Quanto é obrigatório por lei pagar ao senhorio?
Artigo 1.076º (Antecipação de rendas) do Código Civil: o pagamento da renda pode ser antecipado, havendo acordo escrito, por período não superior a dois meses. As partes podem caucionar, por qualquer das formas legalmente previstas, o cumprimento das obrigações respetivas, até ao valor correspondente a duas rendas.
Conhecido o método de arrendamento, porém, as rendas a pagar ao senhorio no momento da celebração do contrato podem dobrar: o Polígrafo falou com José Raimundo, associado sénior da Abreu Advogados e especialista em Direito Imobiliário, que admite não conhecer consequências práticas para os proprietários que cometam ilegalidades deste tipo.
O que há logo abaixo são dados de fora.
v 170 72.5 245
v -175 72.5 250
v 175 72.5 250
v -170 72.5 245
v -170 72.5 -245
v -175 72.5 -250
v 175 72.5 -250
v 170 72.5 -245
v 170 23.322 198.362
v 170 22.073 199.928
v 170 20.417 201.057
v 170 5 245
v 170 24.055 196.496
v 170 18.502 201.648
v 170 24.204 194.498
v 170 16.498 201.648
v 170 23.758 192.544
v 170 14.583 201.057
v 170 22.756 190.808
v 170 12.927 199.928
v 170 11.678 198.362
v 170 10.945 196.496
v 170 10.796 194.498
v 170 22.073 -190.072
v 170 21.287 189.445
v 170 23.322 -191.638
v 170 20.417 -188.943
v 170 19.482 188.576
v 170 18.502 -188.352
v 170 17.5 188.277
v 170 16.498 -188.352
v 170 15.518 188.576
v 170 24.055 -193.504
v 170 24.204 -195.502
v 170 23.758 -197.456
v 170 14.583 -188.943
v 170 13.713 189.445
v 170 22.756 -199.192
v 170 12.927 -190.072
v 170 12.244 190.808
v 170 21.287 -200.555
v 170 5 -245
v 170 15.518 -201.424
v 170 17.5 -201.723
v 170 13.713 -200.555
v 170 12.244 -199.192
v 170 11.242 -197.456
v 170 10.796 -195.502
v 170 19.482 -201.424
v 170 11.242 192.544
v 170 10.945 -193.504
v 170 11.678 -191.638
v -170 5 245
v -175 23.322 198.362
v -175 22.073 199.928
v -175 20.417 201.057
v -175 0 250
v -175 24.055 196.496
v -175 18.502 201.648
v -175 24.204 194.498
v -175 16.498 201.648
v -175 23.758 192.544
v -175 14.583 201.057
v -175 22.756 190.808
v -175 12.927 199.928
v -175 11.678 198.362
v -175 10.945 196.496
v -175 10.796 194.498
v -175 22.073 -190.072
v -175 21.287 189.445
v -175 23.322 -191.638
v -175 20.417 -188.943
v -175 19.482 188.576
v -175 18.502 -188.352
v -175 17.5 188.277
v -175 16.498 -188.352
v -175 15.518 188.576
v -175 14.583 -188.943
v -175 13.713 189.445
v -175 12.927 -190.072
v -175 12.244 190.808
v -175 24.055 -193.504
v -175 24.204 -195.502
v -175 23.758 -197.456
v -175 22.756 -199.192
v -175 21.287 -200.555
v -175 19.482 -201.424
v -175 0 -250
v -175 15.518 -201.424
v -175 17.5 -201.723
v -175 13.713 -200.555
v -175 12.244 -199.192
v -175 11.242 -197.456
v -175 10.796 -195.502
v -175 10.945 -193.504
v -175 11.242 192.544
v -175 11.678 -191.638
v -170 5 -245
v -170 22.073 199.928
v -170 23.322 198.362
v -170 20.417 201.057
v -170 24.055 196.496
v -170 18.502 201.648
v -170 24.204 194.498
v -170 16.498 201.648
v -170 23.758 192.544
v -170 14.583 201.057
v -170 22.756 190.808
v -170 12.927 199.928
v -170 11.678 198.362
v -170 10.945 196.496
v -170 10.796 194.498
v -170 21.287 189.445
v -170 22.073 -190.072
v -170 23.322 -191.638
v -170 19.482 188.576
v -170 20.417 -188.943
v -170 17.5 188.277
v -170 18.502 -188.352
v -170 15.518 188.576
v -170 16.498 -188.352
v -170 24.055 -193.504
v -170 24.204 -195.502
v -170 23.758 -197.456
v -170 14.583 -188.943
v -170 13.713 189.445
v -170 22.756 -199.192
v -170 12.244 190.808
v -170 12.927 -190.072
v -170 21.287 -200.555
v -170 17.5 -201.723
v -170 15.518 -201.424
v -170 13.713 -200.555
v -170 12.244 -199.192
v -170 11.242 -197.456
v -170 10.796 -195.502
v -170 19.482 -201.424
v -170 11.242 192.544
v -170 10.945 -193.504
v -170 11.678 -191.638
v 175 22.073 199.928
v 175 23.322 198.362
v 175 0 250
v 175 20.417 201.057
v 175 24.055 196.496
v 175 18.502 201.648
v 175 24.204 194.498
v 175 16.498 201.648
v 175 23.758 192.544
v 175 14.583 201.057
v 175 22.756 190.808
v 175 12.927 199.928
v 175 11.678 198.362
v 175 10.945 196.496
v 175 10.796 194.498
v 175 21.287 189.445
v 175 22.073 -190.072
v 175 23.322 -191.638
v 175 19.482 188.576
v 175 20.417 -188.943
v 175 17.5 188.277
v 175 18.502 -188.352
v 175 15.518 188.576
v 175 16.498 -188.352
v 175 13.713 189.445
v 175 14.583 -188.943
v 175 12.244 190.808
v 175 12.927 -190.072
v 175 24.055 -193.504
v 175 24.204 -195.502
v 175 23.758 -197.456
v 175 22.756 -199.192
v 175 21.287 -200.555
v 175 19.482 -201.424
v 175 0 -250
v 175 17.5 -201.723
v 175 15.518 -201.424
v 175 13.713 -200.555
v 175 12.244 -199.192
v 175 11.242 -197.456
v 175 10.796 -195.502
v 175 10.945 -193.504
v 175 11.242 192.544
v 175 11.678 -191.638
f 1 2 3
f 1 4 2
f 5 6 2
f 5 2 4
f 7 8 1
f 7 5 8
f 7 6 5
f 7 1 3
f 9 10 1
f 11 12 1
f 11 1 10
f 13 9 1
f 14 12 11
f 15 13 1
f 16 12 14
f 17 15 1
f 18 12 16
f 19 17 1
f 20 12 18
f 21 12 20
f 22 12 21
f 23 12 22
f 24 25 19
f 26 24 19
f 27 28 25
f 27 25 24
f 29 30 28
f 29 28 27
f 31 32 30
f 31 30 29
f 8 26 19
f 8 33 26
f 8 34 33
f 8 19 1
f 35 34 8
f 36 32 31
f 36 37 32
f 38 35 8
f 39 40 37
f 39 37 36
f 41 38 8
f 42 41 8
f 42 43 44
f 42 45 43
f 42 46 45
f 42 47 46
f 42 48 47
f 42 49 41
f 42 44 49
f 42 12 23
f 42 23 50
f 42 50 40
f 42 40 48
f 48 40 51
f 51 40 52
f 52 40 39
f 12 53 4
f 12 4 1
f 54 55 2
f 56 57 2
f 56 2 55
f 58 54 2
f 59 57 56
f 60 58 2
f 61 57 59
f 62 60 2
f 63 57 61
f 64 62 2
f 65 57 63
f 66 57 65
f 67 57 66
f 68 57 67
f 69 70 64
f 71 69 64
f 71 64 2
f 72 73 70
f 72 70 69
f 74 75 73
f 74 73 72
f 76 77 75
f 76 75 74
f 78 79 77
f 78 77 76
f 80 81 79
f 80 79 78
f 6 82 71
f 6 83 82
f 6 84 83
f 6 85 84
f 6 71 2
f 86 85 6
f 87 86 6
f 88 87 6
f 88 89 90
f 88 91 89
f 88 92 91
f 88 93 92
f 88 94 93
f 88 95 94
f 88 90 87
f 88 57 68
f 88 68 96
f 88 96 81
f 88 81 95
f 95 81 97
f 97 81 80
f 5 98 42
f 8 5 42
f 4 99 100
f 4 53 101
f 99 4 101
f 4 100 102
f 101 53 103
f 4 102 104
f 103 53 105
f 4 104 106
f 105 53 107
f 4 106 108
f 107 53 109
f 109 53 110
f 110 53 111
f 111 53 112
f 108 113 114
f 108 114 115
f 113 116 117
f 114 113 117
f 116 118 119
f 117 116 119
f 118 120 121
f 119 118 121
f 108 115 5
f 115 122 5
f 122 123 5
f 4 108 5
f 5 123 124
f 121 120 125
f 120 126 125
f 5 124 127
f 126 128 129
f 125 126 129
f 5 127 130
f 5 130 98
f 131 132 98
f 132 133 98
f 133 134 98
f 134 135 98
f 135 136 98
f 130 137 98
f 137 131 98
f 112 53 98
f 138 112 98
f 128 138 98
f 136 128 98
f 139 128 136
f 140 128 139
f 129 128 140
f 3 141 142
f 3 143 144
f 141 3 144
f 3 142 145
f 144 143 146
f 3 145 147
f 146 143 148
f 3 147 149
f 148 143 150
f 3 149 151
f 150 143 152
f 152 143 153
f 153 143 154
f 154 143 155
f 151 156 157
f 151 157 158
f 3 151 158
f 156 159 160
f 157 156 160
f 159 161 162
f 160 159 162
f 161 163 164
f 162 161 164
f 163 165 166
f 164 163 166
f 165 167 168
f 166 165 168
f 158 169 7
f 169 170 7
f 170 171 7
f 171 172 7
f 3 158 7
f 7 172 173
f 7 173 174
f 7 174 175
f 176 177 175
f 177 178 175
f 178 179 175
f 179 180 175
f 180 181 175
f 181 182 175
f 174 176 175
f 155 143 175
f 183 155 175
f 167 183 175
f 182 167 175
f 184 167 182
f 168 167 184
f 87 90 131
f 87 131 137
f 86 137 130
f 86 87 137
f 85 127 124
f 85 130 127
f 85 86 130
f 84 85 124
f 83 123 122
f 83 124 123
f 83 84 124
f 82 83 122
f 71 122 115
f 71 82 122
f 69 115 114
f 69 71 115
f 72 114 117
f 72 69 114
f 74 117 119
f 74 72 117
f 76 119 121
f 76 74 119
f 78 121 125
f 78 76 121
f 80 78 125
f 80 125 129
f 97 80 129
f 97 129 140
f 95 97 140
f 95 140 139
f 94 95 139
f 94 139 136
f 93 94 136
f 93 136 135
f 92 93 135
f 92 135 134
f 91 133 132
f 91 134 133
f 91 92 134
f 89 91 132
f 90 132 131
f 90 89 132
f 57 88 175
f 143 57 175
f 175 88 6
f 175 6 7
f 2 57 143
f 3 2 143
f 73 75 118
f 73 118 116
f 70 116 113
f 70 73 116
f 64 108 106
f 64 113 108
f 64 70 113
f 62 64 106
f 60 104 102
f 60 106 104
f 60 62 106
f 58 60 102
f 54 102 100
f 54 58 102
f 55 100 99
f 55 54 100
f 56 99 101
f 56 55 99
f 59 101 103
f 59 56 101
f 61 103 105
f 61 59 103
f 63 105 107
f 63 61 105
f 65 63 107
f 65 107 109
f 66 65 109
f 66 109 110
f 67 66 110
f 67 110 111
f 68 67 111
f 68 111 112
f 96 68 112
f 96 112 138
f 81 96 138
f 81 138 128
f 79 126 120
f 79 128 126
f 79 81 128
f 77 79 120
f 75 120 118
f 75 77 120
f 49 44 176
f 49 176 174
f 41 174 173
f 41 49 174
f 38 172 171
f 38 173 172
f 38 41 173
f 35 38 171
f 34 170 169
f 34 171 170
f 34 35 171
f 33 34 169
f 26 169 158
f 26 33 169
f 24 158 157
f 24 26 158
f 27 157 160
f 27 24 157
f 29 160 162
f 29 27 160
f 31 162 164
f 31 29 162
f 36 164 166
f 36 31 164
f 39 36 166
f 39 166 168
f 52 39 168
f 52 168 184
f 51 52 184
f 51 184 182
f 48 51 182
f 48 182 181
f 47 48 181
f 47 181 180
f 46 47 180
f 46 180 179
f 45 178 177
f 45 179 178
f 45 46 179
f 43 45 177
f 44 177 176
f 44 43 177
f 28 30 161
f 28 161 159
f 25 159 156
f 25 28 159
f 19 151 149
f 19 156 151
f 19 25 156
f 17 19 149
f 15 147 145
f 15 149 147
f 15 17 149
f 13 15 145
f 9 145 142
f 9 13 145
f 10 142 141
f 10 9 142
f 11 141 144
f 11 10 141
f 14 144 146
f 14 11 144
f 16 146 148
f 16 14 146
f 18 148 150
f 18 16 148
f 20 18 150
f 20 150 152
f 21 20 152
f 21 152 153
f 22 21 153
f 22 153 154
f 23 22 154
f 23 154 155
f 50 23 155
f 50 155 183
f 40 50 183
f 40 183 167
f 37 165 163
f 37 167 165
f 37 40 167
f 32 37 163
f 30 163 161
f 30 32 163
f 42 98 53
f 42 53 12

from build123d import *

# Parameters (mm, degrees)
SKETCH1_W               = 350
SKETCH1_H               = 500
BOSS_EXTRUDE1_DEPTH     = 72.5
SHELL1_T                = -5
CUT_EXTRUDE1_DEPTH      = 437.183734222
CUT_EXTRUDE1_DEPTH_BACK = 437.183734222
SKETCH2_R               = 6.723131081


with BuildPart() as part:
    # Sketch1 → Boss-Extrude1 (new body)
    with BuildSketch(Plane(origin=(0, 0, 0), x_dir=(1, 0, 0), z_dir=(0, 1, 0))):
        Rectangle(SKETCH1_W, SKETCH1_H)
    extrude(amount=BOSS_EXTRUDE1_DEPTH)

    # Shell1
    shell1_openings = [part.faces().sort_by_distance(p)[0] for p in [
        (0, 72.5, 0),
    ]]
    offset(amount=SHELL1_T, openings=shell1_openings, kind=Kind.INTERSECTION)

    # Sketch2 → Cut-Extrude1 (cut, two sides: drawn at the far end of the back side and taken through both)
    with BuildSketch(Plane(origin=(175, 0, 0), x_dir=(0, 0, -1), z_dir=(1, 0, 0)).offset(-CUT_EXTRUDE1_DEPTH_BACK)):
        with Locations((-195, 17.5)):
            Circle(SKETCH2_R)
        with Locations((195, 17.5)):
            Circle(SKETCH2_R)
    extrude(amount=CUT_EXTRUDE1_DEPTH + CUT_EXTRUDE1_DEPTH_BACK, mode=Mode.SUBTRACT)


solid = part.part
Mas primeiro: quantas rendas é que o legislador permite, afinal, cumular?
“De acordo com o que está agora em vigor, há aqui de facto uma limitação no que diz respeito ao pagamento da renda antecipada, que passou de três meses para dois. Em termos práticos, com a celebração do contrato, e atendendo à regra supletiva que temos na lei – com a celebração do contrato nós pagamos a renda desse mês e a do mês seguinte, que se vence antecipadamente – teremos sempre que pagar duas rendas”, explica José Raimundo.
Além desses dois pagamentos, quantos é que nos podem ser exigidos? Antes de mais, é necessário haver “acordo entre as partes”. Sem ele, nada feito. Depois disso, “a lei vem limitar a dois meses, ou seja, em termos práticos, num contrato celebrado com início em janeiro, posso exigir a renda vencida de janeiro, a que se vence antecipadamente em fevereiro, na data de celebração do contrato, e, a essas, posso fazer acrescer mais duas, ou seja, de março e abril: quatro meses de renda”. Qualquer antecipação de renda feita além deste limite “é claramente ilegal”, a lei é imperativa, considera o especialista.
Quais são as consequências práticas para quem não cumpre esta lei?
“Consequências práticas não conheço nem nunca vi nenhumas”, confessa o advogado. “Há violação de uma norma, mas essa violação decorre de um acordo entre as partes e, portanto, nenhuma das duas vai invocar essa situação. Ou seja, acaba por não ter consequências”.
“No contrato de arrendamento, por norma, a participação que é feita obrigatoriamente é à Autoridade Tributária e, por regra, a preocupação da AT é apenas e só cobrar o Imposto de Selo que incide sobre o valor da renda acordado. Portanto, não vai aferir esse tipo de situações”, conclui o advogado especialista em Direito Imobiliário.